**Stored data entries**
BEGIN

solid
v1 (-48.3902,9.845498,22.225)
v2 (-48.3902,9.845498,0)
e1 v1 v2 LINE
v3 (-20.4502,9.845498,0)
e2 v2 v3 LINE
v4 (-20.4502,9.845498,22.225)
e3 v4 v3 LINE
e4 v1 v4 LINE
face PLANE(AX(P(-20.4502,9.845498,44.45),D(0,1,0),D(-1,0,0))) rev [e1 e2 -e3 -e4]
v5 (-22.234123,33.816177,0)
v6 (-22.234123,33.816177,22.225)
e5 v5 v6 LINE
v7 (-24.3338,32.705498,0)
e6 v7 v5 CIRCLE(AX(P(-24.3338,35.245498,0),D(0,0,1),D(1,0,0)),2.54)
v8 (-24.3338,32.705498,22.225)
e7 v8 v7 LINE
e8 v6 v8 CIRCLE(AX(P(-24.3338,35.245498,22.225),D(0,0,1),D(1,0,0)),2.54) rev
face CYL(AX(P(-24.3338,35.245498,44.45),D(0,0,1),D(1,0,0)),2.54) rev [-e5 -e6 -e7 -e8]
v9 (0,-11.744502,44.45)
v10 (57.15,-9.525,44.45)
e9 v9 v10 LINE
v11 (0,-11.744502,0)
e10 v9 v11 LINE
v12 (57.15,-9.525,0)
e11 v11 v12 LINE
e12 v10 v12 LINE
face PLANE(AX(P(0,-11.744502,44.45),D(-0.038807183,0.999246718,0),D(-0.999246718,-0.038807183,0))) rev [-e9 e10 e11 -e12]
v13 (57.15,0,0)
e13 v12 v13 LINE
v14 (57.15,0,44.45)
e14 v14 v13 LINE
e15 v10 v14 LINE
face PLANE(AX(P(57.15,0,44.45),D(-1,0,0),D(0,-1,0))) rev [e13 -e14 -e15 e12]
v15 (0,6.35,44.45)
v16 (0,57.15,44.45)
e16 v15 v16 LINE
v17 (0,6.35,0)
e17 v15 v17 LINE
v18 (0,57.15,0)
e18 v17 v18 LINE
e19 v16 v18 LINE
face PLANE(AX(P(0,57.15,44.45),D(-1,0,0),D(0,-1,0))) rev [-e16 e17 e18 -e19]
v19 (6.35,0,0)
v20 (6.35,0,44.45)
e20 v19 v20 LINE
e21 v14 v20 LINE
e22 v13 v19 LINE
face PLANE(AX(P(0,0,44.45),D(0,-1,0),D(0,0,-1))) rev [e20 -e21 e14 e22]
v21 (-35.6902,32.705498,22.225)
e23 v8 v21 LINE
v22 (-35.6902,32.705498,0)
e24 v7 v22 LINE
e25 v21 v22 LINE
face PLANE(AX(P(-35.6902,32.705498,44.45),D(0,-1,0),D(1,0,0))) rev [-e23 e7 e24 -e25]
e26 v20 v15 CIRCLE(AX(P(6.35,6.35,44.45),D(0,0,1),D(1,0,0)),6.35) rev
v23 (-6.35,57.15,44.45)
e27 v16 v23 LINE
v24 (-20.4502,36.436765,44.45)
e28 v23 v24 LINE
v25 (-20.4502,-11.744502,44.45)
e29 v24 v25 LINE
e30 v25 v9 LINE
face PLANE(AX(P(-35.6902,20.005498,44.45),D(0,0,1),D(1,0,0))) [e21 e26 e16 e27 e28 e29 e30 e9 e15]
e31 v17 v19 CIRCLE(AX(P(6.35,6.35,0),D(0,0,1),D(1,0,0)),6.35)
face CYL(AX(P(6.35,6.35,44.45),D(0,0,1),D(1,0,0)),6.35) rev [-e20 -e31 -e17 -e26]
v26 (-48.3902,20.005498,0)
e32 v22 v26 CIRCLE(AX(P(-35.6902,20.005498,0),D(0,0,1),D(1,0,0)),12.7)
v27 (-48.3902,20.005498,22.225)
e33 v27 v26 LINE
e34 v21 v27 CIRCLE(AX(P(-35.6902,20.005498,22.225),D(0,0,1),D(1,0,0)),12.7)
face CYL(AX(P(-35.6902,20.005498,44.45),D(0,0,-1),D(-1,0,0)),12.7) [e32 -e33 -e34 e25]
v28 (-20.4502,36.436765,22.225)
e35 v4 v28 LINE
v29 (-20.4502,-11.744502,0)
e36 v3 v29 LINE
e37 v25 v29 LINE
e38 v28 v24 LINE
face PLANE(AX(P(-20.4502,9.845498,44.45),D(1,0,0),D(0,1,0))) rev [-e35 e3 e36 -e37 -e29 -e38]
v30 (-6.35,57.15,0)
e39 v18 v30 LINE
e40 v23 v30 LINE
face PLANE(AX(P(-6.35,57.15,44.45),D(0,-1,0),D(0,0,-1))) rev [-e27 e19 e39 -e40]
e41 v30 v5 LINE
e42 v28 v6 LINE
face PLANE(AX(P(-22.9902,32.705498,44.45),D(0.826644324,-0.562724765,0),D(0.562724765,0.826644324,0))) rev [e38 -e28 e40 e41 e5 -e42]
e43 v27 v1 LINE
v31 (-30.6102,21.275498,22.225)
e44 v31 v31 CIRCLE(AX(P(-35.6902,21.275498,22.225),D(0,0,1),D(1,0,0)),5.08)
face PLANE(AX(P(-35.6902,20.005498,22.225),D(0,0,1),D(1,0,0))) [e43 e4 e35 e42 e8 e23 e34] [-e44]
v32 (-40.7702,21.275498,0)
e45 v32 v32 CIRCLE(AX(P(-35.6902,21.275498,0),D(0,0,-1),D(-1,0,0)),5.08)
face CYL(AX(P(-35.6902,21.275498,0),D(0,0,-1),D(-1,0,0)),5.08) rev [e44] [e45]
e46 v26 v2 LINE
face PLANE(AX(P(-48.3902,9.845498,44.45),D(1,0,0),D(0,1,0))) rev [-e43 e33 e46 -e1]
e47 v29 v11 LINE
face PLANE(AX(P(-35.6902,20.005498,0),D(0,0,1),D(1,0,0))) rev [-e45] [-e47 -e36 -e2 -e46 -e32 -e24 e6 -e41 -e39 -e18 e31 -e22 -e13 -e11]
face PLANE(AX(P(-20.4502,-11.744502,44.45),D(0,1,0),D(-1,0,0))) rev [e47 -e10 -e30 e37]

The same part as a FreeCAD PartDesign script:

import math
import FreeCAD as App
import Part
import Sketcher
Q = App.Units.Quantity


def edges_at(feature, points):
    """Names of the edges that pass closest to the given points."""
    edges = feature.Shape.Edges
    near = lambda p: min(range(len(edges)), key=lambda i: edges[i].distToShape(Part.Vertex(*p))[0])
    return sorted({f"Edge{near(p) + 1}" for p in points})

doc = App.newDocument("Part")
body = doc.addObject("PartDesign::Body", "Body")

sketch1 = body.newObject("Sketcher::SketchObject", "Sketch")
sketch1.AttachmentSupport = (doc.getObject("XY_Plane"), [""])
sketch1.MapMode = "FlatFace"
sketch1.addGeometry([
    Part.LineSegment(App.Vector(57, 0, 0), App.Vector(0, 0, 0)),
    Part.LineSegment(App.Vector(0, 0, 0), App.Vector(0, 57, 0)),
    Part.LineSegment(App.Vector(0, 57, 0), App.Vector(-6, 57, 0)),
    Part.LineSegment(App.Vector(-6, 57, 0), App.Vector(-23, 33, 0)),
    Part.LineSegment(App.Vector(-23, 33, 0), App.Vector(-36, 33, 0)),
    Part.ArcOfCircle(Part.Circle(App.Vector(-36, 20, 0), App.Vector(0, 0, 1), 13), math.radians(90), math.radians(180)),
    Part.LineSegment(App.Vector(-48, 20, 0), App.Vector(-48, 10, 0)),
    Part.LineSegment(App.Vector(-48, 10, 0), App.Vector(-20, 10, 0)),
    Part.LineSegment(App.Vector(-20, 10, 0), App.Vector(-20, -12, 0)),
    Part.LineSegment(App.Vector(-20, -12, 0), App.Vector(0, -12, 0)),
    Part.LineSegment(App.Vector(0, -12, 0), App.Vector(57, -10, 0)),
    Part.LineSegment(App.Vector(57, -10, 0), App.Vector(57, 0, 0)),
], False)
sketch1.addConstraint([
    Sketcher.Constraint("Coincident", 0, 2, 1, 1),
    Sketcher.Constraint("Coincident", 1, 2, 2, 1),
    Sketcher.Constraint("Coincident", 2, 2, 3, 1),
    Sketcher.Constraint("Coincident", 3, 2, 4, 1),
    Sketcher.Constraint("Tangent", 4, 2, 5, 1),
    Sketcher.Constraint("Tangent", 5, 2, 6, 1),
    Sketcher.Constraint("Coincident", 6, 2, 7, 1),
    Sketcher.Constraint("Coincident", 7, 2, 8, 1),
    Sketcher.Constraint("Coincident", 8, 2, 9, 1),
    Sketcher.Constraint("Coincident", 9, 2, 10, 1),
    Sketcher.Constraint("Coincident", 10, 2, 11, 1),
    Sketcher.Constraint("Coincident", 11, 2, 0, 1),
    Sketcher.Constraint("Horizontal", 0),
    Sketcher.Constraint("Vertical", 1),
    Sketcher.Constraint("Horizontal", 2),
    Sketcher.Constraint("Horizontal", 4),
    Sketcher.Constraint("Vertical", 6),
    Sketcher.Constraint("Horizontal", 7),
    Sketcher.Constraint("Vertical", 8),
    Sketcher.Constraint("Horizontal", 9),
    Sketcher.Constraint("Vertical", 11),
    Sketcher.Constraint("Coincident", 0, 2, -1, 1),
    Sketcher.Constraint("PointOnObject", 9, 2, -2),
    Sketcher.Constraint("Equal", 0, 1),
    Sketcher.Constraint("Radius", 5, Q("0.5 in")),
    Sketcher.Constraint("DistanceX", 4, 2, 4, 1, Q("0.5 in")),
    Sketcher.Constraint("DistanceX", 7, 1, 7, 2, Q("1.1 in")),
    Sketcher.Constraint("DistanceY", 6, 2, 6, 1, Q("0.4 in")),
    Sketcher.Constraint("DistanceX", 0, 2, 0, 1, Q("2.25 in")),
    Sketcher.Constraint("DistanceX", 2, 2, 2, 1, Q("0.25 in")),
    Sketcher.Constraint("DistanceY", 8, 2, 8, 1, Q("0.85 in")),
    Sketcher.Constraint("DistanceY", 11, 1, 11, 2, Q("0.375 in")),
    Sketcher.Constraint("DistanceX", 9, 1, 9, 2, 20.4502),
    Sketcher.Constraint("Distance", 3, 29.570762),
])
pad1 = body.newObject("PartDesign::Pad", "Pad")
pad1.Profile = sketch1
pad1.Length = Q("1.75 in")
doc.recompute()

fillet = body.newObject("PartDesign::Fillet", "Fillet")
fillet.Base = (pad1, edges_at(pad1, [(0, 0, 22.225)]))
fillet.Radius = Q("0.25 in")

sketch2 = body.newObject("Sketcher::SketchObject", "Sketch001")
sketch2.AttachmentSupport = (doc.getObject("XY_Plane"), [""])
sketch2.MapMode = "FlatFace"
sketch2.AttachmentOffset = App.Placement(App.Vector(0, 0, 0.875 * 25.4), App.Rotation())
sketch2.addGeometry([
    Part.LineSegment(App.Vector(-48.4, 9.8, 0), App.Vector(-20.5, 9.8, 0)),
    Part.LineSegment(App.Vector(-20.5, 9.8, 0), App.Vector(-20.5, 36.4, 0)),
    Part.LineSegment(App.Vector(-20.5, 36.4, 0), App.Vector(-23, 32.7, 0)),
    Part.LineSegment(App.Vector(-23, 32.7, 0), App.Vector(-35.7, 32.7, 0)),
    Part.ArcOfCircle(Part.Circle(App.Vector(-35.7, 20, 0), App.Vector(0, 0, 1), 12.7), math.radians(90), math.radians(180)),
    Part.LineSegment(App.Vector(-48.4, 20, 0), App.Vector(-48.4, 9.8, 0)),
], False)
sketch2.addConstraint([
    Sketcher.Constraint("Coincident", 0, 2, 1, 1),
    Sketcher.Constraint("Coincident", 1, 2, 2, 1),
    Sketcher.Constraint("Coincident", 2, 2, 3, 1),
    Sketcher.Constraint("Tangent", 3, 2, 4, 1),
    Sketcher.Constraint("Tangent", 4, 2, 5, 1),
    Sketcher.Constraint("Coincident", 5, 2, 0, 1),
    Sketcher.Constraint("Horizontal", 0),
    Sketcher.Constraint("Vertical", 1),
    Sketcher.Constraint("Horizontal", 3),
    Sketcher.Constraint("Vertical", 5),
    Sketcher.Constraint("Radius", 4, Q("0.5 in")),
    Sketcher.Constraint("DistanceX", 0, 1, 0, 2, Q("1.1 in")),
    Sketcher.Constraint("DistanceX", 3, 2, 3, 1, Q("0.5 in")),
    Sketcher.Constraint("DistanceY", 5, 2, 5, 1, Q("0.4 in")),
    Sketcher.Constraint("DistanceX", 4, 3, -1, 1, 35.6902),
    Sketcher.Constraint("Distance", 2, 4.513752),
    Sketcher.Constraint("DistanceY", -1, 1, 4, 3, 20.005498),
])
pocket1 = body.newObject("PartDesign::Pocket", "Pocket")
pocket1.Profile = sketch2
pocket1.Length = Q("0.875 in")
pocket1.Reversed = True
doc.recompute()

fillet2 = body.newObject("PartDesign::Fillet", "Fillet001")
fillet2.Base = (pocket1, edges_at(pocket1, [(-22.99, 32.705, 11.113)]))
fillet2.Radius = Q("0.1 in")

sketch3 = body.newObject("Sketcher::SketchObject", "Sketch002")
sketch3.AttachmentSupport = (doc.getObject("XY_Plane"), [""])
sketch3.MapMode = "FlatFace"
sketch3.addGeometry(Part.Circle(App.Vector(-36, 21, 0), App.Vector(0, 0, 1), 5), False)
sketch3.addConstraint([
    Sketcher.Constraint("Diameter", 0, Q("0.4 in")),
    Sketcher.Constraint("DistanceX", 0, 3, -1, 1, 35.6902),
    Sketcher.Constraint("DistanceY", -1, 1, 0, 3, 21.275498),
])
doc.recompute()
hole = body.newObject("PartDesign::Hole", "Hole")
hole.Profile = sketch3
hole.ThreadType = "None"
hole.Diameter = Q("0.4 in")
hole.DepthType = "ThroughAll"
hole.Reversed = True

doc.recompute()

END

**WHAT IS NEEDED**
An exact copy of the lines above between the line holding "e5 v5 v6 LINE" and the line holding "e30 v25 v9 LINE", inclusive, is the whole answer.

**COMPLETED EXERCISE**
e5 v5 v6 LINE
v7 (-24.3338,32.705498,0)
e6 v7 v5 CIRCLE(AX(P(-24.3338,35.245498,0),D(0,0,1),D(1,0,0)),2.54)
v8 (-24.3338,32.705498,22.225)
e7 v8 v7 LINE
e8 v6 v8 CIRCLE(AX(P(-24.3338,35.245498,22.225),D(0,0,1),D(1,0,0)),2.54) rev
face CYL(AX(P(-24.3338,35.245498,44.45),D(0,0,1),D(1,0,0)),2.54) rev [-e5 -e6 -e7 -e8]
v9 (0,-11.744502,44.45)
v10 (57.15,-9.525,44.45)
e9 v9 v10 LINE
v11 (0,-11.744502,0)
e10 v9 v11 LINE
v12 (57.15,-9.525,0)
e11 v11 v12 LINE
e12 v10 v12 LINE
face PLANE(AX(P(0,-11.744502,44.45),D(-0.038807183,0.999246718,0),D(-0.999246718,-0.038807183,0))) rev [-e9 e10 e11 -e12]
v13 (57.15,0,0)
e13 v12 v13 LINE
v14 (57.15,0,44.45)
e14 v14 v13 LINE
e15 v10 v14 LINE
face PLANE(AX(P(57.15,0,44.45),D(-1,0,0),D(0,-1,0))) rev [e13 -e14 -e15 e12]
v15 (0,6.35,44.45)
v16 (0,57.15,44.45)
e16 v15 v16 LINE
v17 (0,6.35,0)
e17 v15 v17 LINE
v18 (0,57.15,0)
e18 v17 v18 LINE
e19 v16 v18 LINE
face PLANE(AX(P(0,57.15,44.45),D(-1,0,0),D(0,-1,0))) rev [-e16 e17 e18 -e19]
v19 (6.35,0,0)
v20 (6.35,0,44.45)
e20 v19 v20 LINE
e21 v14 v20 LINE
e22 v13 v19 LINE
face PLANE(AX(P(0,0,44.45),D(0,-1,0),D(0,0,-1))) rev [e20 -e21 e14 e22]
v21 (-35.6902,32.705498,22.225)
e23 v8 v21 LINE
v22 (-35.6902,32.705498,0)
e24 v7 v22 LINE
e25 v21 v22 LINE
face PLANE(AX(P(-35.6902,32.705498,44.45),D(0,-1,0),D(1,0,0))) rev [-e23 e7 e24 -e25]
e26 v20 v15 CIRCLE(AX(P(6.35,6.35,44.45),D(0,0,1),D(1,0,0)),6.35) rev
v23 (-6.35,57.15,44.45)
e27 v16 v23 LINE
v24 (-20.4502,36.436765,44.45)
e28 v23 v24 LINE
v25 (-20.4502,-11.744502,44.45)
e29 v24 v25 LINE
e30 v25 v9 LINE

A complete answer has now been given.